» Brief: Return a copy of each line in the listing that includes the word "bevel".

» Data for review:

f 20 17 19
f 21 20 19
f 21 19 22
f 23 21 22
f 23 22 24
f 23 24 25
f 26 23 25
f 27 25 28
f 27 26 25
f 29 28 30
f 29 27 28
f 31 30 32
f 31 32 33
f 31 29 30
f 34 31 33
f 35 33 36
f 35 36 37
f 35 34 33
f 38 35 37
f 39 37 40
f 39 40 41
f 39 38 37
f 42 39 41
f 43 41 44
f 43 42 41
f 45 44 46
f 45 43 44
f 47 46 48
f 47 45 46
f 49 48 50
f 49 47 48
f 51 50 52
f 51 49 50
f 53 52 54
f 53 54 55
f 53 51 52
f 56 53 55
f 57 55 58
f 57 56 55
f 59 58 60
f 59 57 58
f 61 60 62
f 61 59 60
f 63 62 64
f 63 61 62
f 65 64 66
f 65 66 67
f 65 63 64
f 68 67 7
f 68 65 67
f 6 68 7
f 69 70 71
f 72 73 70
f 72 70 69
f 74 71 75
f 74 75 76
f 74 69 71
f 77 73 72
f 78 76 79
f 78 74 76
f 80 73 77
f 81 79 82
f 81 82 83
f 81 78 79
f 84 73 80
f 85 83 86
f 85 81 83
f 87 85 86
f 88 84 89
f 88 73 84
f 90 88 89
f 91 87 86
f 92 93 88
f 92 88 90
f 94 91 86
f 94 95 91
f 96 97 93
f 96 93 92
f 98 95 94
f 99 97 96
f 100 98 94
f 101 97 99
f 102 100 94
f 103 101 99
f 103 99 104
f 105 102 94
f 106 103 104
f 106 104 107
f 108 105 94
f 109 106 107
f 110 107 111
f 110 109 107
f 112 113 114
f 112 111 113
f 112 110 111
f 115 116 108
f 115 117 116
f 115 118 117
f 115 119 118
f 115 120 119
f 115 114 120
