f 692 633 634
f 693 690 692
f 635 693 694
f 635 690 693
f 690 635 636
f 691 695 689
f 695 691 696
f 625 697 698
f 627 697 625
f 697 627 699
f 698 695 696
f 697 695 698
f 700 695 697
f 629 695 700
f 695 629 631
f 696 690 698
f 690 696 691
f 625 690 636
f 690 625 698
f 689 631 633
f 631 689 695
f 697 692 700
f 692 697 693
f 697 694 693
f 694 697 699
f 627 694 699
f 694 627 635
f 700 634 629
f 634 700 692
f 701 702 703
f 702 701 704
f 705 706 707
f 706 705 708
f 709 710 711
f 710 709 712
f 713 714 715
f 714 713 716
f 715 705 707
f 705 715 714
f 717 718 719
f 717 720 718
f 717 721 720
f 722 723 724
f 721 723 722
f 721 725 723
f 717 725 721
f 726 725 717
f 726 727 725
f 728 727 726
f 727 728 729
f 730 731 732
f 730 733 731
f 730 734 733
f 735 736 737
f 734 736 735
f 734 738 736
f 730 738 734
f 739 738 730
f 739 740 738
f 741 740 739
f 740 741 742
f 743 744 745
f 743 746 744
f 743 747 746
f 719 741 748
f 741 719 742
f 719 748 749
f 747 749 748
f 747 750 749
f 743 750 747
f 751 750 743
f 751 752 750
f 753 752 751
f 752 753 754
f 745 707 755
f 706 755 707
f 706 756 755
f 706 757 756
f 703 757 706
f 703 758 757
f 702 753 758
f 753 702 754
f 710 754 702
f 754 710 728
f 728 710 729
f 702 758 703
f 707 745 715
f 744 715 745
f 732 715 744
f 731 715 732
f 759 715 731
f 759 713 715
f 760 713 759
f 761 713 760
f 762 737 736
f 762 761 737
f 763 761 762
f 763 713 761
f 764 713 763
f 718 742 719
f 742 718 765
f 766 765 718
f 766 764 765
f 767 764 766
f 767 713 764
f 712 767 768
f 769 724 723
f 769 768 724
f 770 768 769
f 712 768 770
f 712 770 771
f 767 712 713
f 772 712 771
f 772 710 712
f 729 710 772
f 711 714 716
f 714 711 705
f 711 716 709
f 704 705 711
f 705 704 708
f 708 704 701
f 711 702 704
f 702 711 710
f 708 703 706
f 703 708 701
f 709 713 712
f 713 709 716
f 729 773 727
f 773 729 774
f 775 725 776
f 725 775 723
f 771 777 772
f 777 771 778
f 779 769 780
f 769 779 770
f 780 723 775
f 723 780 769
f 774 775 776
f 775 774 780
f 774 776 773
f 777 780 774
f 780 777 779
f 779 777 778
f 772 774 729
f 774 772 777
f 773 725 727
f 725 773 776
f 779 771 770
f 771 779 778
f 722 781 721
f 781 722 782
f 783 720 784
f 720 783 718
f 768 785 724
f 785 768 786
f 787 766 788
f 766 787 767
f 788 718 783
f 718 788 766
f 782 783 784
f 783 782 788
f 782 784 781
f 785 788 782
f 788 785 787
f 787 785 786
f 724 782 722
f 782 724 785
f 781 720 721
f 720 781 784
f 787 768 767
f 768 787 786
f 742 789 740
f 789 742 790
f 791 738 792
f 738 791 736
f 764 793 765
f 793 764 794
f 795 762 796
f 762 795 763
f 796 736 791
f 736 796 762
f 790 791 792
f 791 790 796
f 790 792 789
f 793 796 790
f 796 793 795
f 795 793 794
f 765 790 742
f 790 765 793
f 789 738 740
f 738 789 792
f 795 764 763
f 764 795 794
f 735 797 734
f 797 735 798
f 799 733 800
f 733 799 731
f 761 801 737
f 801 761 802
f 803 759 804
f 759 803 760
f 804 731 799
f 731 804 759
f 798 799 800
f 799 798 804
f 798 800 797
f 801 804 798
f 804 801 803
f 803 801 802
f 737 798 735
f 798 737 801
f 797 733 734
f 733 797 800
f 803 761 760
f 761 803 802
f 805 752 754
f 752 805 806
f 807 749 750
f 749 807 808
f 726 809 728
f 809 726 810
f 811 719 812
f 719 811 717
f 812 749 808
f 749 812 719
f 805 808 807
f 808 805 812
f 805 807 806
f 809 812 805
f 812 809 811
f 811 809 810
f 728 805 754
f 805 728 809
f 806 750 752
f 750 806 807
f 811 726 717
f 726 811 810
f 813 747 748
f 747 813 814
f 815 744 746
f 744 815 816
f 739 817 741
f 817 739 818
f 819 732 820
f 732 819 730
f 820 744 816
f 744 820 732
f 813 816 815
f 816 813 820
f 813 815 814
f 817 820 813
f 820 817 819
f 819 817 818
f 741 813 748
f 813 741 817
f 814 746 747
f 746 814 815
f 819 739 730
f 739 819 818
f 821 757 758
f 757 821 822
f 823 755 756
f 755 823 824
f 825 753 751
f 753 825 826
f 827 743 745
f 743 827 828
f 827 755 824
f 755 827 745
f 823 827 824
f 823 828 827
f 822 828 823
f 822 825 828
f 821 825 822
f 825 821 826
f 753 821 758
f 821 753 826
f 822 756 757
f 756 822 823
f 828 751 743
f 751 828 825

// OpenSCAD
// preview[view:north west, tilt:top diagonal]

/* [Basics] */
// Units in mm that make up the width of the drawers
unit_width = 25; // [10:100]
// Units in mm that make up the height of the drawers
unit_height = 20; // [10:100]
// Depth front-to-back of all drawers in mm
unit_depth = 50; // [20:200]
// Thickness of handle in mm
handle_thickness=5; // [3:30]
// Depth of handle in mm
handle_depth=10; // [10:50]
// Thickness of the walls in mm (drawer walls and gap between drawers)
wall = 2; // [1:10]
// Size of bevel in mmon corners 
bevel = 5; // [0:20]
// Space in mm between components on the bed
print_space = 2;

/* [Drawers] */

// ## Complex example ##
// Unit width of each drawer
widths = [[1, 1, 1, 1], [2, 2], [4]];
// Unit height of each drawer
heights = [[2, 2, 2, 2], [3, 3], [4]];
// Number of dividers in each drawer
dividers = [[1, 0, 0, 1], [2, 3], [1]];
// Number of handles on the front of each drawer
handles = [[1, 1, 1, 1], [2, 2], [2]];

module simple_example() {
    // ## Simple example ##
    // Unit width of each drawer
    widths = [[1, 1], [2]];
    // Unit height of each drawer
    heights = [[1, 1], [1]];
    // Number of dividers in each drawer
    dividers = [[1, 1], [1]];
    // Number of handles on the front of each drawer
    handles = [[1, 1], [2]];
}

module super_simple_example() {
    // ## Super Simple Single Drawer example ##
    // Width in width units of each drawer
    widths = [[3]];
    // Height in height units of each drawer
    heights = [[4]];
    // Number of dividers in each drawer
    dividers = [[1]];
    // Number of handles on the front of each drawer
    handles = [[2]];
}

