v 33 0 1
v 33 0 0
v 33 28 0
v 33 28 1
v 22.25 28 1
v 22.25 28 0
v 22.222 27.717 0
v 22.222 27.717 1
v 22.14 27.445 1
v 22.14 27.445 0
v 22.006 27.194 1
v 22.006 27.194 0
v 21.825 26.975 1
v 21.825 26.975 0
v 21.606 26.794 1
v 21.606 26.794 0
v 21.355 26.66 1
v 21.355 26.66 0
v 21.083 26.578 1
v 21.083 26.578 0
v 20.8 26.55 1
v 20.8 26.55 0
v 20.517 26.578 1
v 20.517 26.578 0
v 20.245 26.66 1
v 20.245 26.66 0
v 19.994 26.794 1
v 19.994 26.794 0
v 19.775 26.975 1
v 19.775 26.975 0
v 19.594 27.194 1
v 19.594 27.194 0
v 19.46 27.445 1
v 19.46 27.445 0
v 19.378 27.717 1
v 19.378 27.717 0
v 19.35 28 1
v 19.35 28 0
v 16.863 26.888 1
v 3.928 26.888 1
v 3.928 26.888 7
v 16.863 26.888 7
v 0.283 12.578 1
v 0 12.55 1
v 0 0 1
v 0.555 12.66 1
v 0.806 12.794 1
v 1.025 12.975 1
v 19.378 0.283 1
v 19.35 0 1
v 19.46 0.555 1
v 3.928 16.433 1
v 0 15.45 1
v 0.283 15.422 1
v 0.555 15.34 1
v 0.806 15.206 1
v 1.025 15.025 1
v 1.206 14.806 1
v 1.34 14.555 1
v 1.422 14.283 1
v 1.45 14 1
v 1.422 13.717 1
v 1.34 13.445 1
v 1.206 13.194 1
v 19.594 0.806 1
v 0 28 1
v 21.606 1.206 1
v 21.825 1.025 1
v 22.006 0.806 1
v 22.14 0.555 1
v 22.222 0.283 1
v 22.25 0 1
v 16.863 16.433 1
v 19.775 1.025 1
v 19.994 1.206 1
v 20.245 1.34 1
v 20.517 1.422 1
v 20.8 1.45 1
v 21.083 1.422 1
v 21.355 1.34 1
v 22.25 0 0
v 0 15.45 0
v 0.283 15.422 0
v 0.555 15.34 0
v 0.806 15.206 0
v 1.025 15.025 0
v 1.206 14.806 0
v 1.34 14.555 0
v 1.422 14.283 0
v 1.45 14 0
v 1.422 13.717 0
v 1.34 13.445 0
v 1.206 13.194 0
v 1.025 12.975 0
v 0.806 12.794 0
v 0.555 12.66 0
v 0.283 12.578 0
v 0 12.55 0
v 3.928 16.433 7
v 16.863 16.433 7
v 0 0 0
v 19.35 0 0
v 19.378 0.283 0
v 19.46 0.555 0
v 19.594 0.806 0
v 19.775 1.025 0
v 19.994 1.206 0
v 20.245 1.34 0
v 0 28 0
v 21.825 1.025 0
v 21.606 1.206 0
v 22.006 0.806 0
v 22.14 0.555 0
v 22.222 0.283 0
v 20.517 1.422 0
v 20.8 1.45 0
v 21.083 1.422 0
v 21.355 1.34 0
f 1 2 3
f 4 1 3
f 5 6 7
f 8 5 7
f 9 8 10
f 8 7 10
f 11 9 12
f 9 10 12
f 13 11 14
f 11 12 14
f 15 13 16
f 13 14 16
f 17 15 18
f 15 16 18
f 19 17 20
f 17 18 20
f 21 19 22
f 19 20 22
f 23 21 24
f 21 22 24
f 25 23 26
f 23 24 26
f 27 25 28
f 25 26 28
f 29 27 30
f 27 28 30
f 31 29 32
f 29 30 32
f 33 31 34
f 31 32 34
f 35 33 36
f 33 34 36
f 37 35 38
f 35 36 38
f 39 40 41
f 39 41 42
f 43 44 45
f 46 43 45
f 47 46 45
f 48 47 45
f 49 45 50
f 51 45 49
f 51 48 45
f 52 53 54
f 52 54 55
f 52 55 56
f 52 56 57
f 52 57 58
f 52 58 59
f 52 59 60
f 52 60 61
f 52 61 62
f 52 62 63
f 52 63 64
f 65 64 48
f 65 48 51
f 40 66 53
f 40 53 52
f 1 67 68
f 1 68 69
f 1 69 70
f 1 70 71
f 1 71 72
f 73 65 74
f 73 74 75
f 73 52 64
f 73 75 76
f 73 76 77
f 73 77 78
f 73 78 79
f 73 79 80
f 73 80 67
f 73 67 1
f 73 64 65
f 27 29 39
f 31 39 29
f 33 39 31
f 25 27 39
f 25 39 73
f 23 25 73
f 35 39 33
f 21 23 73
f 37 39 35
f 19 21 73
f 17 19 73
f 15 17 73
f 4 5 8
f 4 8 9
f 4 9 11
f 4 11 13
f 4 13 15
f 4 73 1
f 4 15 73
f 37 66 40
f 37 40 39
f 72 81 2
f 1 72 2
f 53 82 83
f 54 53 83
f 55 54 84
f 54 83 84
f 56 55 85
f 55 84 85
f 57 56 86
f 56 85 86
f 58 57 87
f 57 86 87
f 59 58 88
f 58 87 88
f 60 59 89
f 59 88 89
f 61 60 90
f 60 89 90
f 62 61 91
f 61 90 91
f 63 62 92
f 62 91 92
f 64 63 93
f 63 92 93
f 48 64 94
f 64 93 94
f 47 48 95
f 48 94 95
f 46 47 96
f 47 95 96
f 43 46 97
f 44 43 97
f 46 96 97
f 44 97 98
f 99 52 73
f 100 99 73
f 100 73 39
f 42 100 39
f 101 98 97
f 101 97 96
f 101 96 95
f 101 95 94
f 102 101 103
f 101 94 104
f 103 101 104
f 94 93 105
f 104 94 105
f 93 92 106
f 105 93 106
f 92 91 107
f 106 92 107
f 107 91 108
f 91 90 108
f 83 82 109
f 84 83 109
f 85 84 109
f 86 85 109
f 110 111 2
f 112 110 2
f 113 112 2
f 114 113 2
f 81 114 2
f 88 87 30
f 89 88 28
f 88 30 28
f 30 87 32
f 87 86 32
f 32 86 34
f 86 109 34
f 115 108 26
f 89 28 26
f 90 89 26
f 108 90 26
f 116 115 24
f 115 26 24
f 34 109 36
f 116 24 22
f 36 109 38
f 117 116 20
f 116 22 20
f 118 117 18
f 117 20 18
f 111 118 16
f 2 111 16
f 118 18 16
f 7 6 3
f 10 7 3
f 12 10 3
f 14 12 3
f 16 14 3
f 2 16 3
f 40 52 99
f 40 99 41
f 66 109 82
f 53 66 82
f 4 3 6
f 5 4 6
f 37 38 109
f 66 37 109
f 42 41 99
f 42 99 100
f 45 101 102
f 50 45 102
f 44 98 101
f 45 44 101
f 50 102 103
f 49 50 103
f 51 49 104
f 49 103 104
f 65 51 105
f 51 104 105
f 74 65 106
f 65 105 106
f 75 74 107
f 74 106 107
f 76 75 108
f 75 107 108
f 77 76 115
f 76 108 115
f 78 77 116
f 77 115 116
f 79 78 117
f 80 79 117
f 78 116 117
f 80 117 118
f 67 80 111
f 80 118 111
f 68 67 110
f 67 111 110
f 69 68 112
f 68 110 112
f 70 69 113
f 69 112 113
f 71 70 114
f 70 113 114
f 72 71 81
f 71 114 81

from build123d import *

# Parameters (mm, degrees)
EXTRUDE_1_DEPTH = 1
SKETCH_2_W      = 12.935520023
SKETCH_2_H      = 10.454735361
EXTRUDE_2_DEPTH = 6


with BuildPart() as part:
    # Эскиз1 → Бобышка-Вытянуть1 (new body)
    with BuildSketch(Plane.XY):
        with BuildLine():
            Line((0, 0), (19.35, 0))
            ThreePointArc((19.35, 0), (20.8, 1.45), (22.25, 0))
            Line((22.25, 0), (33, 0))
            Line((33, 0), (33, 28))
            Line((33, 28), (22.25, 28))
            ThreePointArc((22.25, 28), (20.8, 26.55), (19.35, 28))
            Line((19.35, 28), (0, 28))
            Line((0, 28), (0, 15.45))
            ThreePointArc((0, 15.45), (1.45, 14), (0, 12.55))
            Line((0, 12.55), (0, 0))
        make_face()
    extrude(amount=EXTRUDE_1_DEPTH)

    # Эскиз2 → Бобышка-Вытянуть2 (add)
    with BuildSketch(Plane.XY.offset(1)):
        with Locations((10.395518043, 21.660261576)):
            Rectangle(SKETCH_2_W, SKETCH_2_H)
    extrude(amount=EXTRUDE_2_DEPTH)


solid = part.part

» Answer space:
// Size of bevel in mmon corners 
bevel = 5; // [0:20]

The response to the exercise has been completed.